Vascular involvement of BD affects both arteries and veins of all sizes. A wide range of vascular involvement (7%–29%) has been reported in the literature and accounts for most of the deaths due to BD. Among the arterial lesions, which are estimated to be up to 3.6% of all vascular lesions, about 2/3 are aneurysms, often multiple, and 1/3 are thrombotic.^1,3 Davatchi et al found 308 (8.9% ± 1%) patients with vascular manifestations of Behçet’s disease among 3,443 Iranian patients with BD.⁴ The vascular manifestations included phlebitis (6.3%, 217/3443), large vein thrombosis (1%, 34/3443), arterial thrombosis (2 patients) and aneurysms (9 patients). ⁴ In another study, Koc et al, studied the prevalence of large vessel arterial and venous lesions in 137 Turkish patients and showed that 49 patients had arterial lesions, 181 had venous lesions and 498 had combined arterial and venous lesions. They also showed that DVT of the extremities or trunk and intracranial venous sinus thrombosis, often accompanied superficial thrombophlebitis in 30% to 40% of patients.⁵

Figure. Multiple pulmonary artery aneurysm and pulmonary artery thrombosis.

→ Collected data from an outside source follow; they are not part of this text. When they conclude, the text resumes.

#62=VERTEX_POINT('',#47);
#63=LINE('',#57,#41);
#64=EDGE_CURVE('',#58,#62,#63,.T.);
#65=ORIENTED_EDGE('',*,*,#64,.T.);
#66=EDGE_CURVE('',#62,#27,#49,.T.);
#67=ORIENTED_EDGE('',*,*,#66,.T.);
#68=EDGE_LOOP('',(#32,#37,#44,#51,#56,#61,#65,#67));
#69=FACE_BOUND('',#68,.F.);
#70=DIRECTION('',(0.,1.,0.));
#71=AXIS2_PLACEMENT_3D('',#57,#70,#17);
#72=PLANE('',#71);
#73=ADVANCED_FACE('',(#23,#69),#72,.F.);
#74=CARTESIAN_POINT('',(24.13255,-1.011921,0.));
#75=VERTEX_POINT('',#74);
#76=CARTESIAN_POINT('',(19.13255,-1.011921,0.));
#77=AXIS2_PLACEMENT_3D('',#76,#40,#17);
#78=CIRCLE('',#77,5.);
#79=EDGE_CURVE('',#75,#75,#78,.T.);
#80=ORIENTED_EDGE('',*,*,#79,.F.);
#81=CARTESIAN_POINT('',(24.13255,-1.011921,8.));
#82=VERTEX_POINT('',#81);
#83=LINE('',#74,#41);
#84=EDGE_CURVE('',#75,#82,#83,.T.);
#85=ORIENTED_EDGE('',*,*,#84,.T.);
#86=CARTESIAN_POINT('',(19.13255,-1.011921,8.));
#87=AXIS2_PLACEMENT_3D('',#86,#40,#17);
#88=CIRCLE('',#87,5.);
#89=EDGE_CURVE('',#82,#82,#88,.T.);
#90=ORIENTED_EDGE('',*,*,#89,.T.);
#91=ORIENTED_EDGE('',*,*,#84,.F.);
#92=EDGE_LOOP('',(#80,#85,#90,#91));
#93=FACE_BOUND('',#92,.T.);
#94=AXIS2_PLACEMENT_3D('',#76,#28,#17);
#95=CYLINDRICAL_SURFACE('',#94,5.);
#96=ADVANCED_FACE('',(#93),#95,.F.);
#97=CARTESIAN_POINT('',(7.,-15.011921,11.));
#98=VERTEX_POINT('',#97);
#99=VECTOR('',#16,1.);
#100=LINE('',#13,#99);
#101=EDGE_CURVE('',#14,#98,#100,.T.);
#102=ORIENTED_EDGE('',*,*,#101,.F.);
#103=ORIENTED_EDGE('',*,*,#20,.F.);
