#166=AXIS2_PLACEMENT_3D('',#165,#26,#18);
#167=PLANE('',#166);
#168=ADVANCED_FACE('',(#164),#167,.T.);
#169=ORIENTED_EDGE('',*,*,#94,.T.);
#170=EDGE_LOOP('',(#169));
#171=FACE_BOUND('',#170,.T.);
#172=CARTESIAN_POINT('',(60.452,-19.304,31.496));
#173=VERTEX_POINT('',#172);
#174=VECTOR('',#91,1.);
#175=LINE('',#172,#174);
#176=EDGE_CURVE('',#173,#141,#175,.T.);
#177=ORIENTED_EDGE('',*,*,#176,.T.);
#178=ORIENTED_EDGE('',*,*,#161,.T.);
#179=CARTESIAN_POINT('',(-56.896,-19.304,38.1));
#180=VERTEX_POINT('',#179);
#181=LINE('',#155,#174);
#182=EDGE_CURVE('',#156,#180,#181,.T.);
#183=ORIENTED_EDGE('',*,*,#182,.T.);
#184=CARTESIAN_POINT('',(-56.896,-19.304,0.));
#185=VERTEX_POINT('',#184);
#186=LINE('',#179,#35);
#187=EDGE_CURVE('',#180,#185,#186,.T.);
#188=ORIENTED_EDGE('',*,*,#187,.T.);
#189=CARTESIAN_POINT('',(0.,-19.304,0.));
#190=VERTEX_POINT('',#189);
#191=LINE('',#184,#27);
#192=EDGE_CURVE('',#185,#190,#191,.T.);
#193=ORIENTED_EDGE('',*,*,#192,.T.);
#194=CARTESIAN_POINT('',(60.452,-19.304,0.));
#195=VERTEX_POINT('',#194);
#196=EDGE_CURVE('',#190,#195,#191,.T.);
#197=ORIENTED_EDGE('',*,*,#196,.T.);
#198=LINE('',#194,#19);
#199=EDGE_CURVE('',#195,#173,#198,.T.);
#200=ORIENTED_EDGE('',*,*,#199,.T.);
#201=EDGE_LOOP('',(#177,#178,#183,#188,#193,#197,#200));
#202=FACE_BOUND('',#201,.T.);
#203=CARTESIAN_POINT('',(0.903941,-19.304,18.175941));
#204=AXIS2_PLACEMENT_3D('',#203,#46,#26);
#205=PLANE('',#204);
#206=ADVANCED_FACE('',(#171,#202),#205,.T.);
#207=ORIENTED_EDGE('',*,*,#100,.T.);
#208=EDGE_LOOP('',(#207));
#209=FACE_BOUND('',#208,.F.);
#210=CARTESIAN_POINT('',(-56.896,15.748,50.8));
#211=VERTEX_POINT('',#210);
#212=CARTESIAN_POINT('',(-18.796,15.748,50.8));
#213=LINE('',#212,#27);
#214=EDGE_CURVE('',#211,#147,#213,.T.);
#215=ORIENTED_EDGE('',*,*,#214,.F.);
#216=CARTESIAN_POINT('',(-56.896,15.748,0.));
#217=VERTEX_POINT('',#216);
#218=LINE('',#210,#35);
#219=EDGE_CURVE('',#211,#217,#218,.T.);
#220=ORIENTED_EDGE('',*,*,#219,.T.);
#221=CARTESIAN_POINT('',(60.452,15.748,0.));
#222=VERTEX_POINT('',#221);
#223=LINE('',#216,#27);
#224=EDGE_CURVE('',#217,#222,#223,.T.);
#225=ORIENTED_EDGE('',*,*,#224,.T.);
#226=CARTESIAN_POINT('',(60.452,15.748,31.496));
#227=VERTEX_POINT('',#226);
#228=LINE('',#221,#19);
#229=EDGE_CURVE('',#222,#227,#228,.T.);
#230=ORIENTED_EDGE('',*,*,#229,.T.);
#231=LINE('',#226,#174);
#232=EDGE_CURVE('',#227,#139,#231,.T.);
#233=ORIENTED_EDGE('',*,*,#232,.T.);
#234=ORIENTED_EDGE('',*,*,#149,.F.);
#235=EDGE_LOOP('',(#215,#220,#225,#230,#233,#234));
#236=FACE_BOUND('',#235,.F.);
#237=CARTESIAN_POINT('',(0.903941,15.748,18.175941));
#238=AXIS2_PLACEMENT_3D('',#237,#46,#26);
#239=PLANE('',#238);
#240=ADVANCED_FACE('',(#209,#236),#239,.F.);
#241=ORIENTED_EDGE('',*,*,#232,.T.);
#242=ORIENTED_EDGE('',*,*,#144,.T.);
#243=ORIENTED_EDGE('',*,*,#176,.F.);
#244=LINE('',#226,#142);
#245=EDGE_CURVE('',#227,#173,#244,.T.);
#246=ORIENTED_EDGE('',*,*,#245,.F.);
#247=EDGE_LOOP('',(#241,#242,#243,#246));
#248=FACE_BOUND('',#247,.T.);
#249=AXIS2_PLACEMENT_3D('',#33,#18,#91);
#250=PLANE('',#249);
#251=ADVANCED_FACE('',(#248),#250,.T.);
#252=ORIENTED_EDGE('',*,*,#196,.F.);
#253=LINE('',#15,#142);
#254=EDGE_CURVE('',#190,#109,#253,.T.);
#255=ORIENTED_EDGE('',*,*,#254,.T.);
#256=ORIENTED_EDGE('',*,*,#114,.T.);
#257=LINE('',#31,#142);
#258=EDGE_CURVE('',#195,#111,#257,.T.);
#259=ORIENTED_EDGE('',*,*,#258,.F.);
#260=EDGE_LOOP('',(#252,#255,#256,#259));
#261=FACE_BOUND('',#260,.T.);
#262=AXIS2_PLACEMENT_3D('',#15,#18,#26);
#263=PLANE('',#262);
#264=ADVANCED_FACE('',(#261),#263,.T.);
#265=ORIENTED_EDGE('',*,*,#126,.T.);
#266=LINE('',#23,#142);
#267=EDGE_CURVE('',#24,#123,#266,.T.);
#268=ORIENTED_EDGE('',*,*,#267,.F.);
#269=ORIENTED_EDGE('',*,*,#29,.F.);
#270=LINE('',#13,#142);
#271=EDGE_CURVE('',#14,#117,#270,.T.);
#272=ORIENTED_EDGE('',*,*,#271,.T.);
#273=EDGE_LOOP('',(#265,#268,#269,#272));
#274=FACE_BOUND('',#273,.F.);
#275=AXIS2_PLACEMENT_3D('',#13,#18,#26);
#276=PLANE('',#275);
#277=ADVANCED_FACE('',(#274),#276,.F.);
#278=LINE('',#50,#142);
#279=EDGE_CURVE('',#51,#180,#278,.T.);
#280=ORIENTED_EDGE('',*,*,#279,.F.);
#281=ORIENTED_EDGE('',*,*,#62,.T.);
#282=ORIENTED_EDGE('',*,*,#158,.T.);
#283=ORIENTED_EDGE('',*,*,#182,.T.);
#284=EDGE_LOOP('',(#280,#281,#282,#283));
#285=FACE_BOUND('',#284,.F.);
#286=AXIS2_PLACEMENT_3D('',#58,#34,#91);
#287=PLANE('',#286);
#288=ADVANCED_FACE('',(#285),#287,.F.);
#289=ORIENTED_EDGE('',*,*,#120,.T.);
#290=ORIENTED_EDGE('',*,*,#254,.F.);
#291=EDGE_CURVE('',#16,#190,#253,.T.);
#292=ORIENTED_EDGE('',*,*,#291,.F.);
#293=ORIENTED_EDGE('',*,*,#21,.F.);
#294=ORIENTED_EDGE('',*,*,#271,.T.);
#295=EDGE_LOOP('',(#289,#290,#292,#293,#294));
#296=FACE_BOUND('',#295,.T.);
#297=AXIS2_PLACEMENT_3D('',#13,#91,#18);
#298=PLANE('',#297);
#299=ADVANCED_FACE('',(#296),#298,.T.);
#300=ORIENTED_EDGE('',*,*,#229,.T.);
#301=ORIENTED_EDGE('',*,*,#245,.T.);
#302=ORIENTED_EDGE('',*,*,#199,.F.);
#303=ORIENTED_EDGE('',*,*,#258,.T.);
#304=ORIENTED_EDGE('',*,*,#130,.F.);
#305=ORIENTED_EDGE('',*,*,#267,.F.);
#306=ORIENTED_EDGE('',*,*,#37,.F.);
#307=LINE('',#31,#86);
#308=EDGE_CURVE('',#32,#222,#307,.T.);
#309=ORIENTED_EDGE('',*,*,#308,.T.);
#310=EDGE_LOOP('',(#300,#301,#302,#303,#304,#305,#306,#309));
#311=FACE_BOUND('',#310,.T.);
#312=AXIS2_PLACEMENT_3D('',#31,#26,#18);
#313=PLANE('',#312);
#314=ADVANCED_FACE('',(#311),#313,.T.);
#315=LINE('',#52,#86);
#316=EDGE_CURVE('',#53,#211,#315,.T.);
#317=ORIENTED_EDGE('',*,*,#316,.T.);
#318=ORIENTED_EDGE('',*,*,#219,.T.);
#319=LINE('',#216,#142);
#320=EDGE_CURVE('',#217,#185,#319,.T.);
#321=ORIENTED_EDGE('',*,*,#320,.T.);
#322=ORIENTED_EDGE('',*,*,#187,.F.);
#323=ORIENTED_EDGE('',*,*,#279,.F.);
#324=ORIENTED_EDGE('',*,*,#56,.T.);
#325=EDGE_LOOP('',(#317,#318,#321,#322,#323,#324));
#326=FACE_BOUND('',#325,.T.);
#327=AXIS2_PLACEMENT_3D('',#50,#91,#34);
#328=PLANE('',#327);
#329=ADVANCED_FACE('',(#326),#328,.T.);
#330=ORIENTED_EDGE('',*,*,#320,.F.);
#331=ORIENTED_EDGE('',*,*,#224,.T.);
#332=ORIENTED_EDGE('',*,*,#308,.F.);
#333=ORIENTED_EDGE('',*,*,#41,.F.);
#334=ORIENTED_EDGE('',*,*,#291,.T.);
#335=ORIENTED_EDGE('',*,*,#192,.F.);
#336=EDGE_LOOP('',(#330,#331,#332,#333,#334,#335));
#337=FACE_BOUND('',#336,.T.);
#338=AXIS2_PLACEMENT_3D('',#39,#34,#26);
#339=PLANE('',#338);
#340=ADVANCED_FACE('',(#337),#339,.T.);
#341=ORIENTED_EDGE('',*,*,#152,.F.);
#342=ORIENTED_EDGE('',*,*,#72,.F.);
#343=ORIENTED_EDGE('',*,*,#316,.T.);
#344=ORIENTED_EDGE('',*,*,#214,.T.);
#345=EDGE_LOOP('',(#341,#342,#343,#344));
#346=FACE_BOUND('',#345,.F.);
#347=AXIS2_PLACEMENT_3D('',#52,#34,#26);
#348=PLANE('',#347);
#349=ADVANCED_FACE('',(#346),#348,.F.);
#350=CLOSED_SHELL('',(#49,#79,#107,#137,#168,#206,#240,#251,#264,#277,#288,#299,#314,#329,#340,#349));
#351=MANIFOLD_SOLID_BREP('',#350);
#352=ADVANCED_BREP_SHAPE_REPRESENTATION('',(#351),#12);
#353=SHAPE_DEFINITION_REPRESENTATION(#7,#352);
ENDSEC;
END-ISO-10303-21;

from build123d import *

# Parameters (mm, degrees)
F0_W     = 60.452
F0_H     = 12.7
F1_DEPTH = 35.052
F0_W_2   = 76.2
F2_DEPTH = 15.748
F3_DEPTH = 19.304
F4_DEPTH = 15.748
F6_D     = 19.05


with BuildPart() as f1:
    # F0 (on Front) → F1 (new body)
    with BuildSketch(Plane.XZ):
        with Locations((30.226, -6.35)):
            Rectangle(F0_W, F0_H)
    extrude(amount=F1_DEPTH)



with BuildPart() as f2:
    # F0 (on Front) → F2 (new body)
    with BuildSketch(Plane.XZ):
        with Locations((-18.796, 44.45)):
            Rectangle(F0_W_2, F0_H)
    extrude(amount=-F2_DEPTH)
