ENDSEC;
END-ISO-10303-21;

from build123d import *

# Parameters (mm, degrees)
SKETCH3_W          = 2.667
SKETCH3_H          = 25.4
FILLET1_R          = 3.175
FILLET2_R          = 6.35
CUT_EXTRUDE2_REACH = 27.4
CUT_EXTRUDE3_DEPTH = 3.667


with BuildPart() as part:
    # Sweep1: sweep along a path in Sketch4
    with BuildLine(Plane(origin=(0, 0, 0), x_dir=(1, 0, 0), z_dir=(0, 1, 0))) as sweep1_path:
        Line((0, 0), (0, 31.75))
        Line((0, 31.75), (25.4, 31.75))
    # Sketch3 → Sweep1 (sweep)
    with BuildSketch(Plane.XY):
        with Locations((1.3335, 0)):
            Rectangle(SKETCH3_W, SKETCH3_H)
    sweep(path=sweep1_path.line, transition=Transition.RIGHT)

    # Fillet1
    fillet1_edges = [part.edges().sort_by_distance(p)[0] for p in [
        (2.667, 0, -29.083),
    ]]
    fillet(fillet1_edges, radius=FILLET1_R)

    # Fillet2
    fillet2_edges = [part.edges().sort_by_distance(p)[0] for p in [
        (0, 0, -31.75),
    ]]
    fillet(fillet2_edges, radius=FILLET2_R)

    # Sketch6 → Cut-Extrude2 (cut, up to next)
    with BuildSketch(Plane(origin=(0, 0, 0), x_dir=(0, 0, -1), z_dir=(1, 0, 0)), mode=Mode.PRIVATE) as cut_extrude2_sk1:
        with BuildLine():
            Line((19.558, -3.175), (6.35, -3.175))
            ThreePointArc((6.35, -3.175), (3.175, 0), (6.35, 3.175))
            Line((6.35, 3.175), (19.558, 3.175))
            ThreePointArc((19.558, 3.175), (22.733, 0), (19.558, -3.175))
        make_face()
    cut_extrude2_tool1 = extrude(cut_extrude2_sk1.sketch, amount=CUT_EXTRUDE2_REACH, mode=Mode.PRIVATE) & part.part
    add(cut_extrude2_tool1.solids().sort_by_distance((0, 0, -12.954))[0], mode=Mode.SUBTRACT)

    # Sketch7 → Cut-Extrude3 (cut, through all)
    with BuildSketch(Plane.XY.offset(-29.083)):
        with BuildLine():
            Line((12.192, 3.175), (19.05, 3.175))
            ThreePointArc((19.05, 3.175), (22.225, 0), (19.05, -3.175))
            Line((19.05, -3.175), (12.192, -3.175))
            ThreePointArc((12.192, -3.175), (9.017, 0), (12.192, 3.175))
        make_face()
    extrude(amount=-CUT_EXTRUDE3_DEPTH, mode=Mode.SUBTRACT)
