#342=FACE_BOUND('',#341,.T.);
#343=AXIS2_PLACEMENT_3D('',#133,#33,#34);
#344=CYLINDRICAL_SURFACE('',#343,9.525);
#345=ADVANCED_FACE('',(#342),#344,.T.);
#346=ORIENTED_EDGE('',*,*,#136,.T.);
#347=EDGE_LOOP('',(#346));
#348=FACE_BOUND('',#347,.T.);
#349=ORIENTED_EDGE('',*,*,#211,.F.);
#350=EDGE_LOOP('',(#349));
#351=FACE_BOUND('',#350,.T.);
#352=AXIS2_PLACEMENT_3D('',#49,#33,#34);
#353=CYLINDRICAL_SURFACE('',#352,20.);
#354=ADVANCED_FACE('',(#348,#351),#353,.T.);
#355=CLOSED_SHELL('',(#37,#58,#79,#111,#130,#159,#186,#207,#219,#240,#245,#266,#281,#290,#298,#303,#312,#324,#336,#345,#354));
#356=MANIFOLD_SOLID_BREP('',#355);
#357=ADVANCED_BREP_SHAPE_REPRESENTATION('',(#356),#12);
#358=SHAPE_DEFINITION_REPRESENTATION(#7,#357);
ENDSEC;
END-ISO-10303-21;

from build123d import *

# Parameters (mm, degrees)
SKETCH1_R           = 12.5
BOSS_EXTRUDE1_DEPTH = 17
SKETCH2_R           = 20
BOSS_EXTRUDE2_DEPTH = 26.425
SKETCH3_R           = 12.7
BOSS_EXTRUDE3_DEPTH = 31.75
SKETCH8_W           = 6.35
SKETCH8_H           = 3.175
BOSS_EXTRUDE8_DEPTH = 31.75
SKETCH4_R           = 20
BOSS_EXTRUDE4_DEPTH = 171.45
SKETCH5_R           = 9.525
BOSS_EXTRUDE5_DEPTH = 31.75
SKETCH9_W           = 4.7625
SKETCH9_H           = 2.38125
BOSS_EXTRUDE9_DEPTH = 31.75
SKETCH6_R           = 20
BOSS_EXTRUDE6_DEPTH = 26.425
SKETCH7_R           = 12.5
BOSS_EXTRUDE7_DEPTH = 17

Our findings reconfirm previous reports that the duration of BD has no significant relation to vascular complications.^6,7 Nonetheless, we found a significant correlation between the presence of superficial thrombophlebitis and development of DVT in other sites (p < 0.001). These findings are similar to those reported by Koc et al.⁵ Despite the poor prognosis of patients with BD and the presence of aortic or pulmonary artery aneurysms in BD patients,^5–7 no mortalities occurred in our study.

Most other clinical manifestations, such as uveitis, had no statistically significant relationship with the presence of vascular complications. The only exception was a skin manifestation in the form of erythema nodosum-like lesions, which occurred in 69% of patients with vascular complications of BD compared to only 13.6% of patients without vascular manifestations of BD.

Table 4. Sites of deep vein thrombosis among 48 patients with vascular complications of Behçet’s disease.

Pop = Popliteal; Femo = femoral; IVC = inferior vena cava; SVC = superior vena cava; Sub = subclavian; Jug = jugular; Inom = inominate.

It can be concluded that vascular complications in BD are common, fatal and often involves multiple vessels. The frequency and the pattern of vascular complications in this study were not found to be significantly different from other countries. Although there is no association between the duration of the disease and the onset of vascular manifestations, an average interval of 5^_6 years is found between the onset of disease and vascular involvement. Rheumatologists should be aware of such complications and study all the vascular system in case of one vascular finding in BD patients.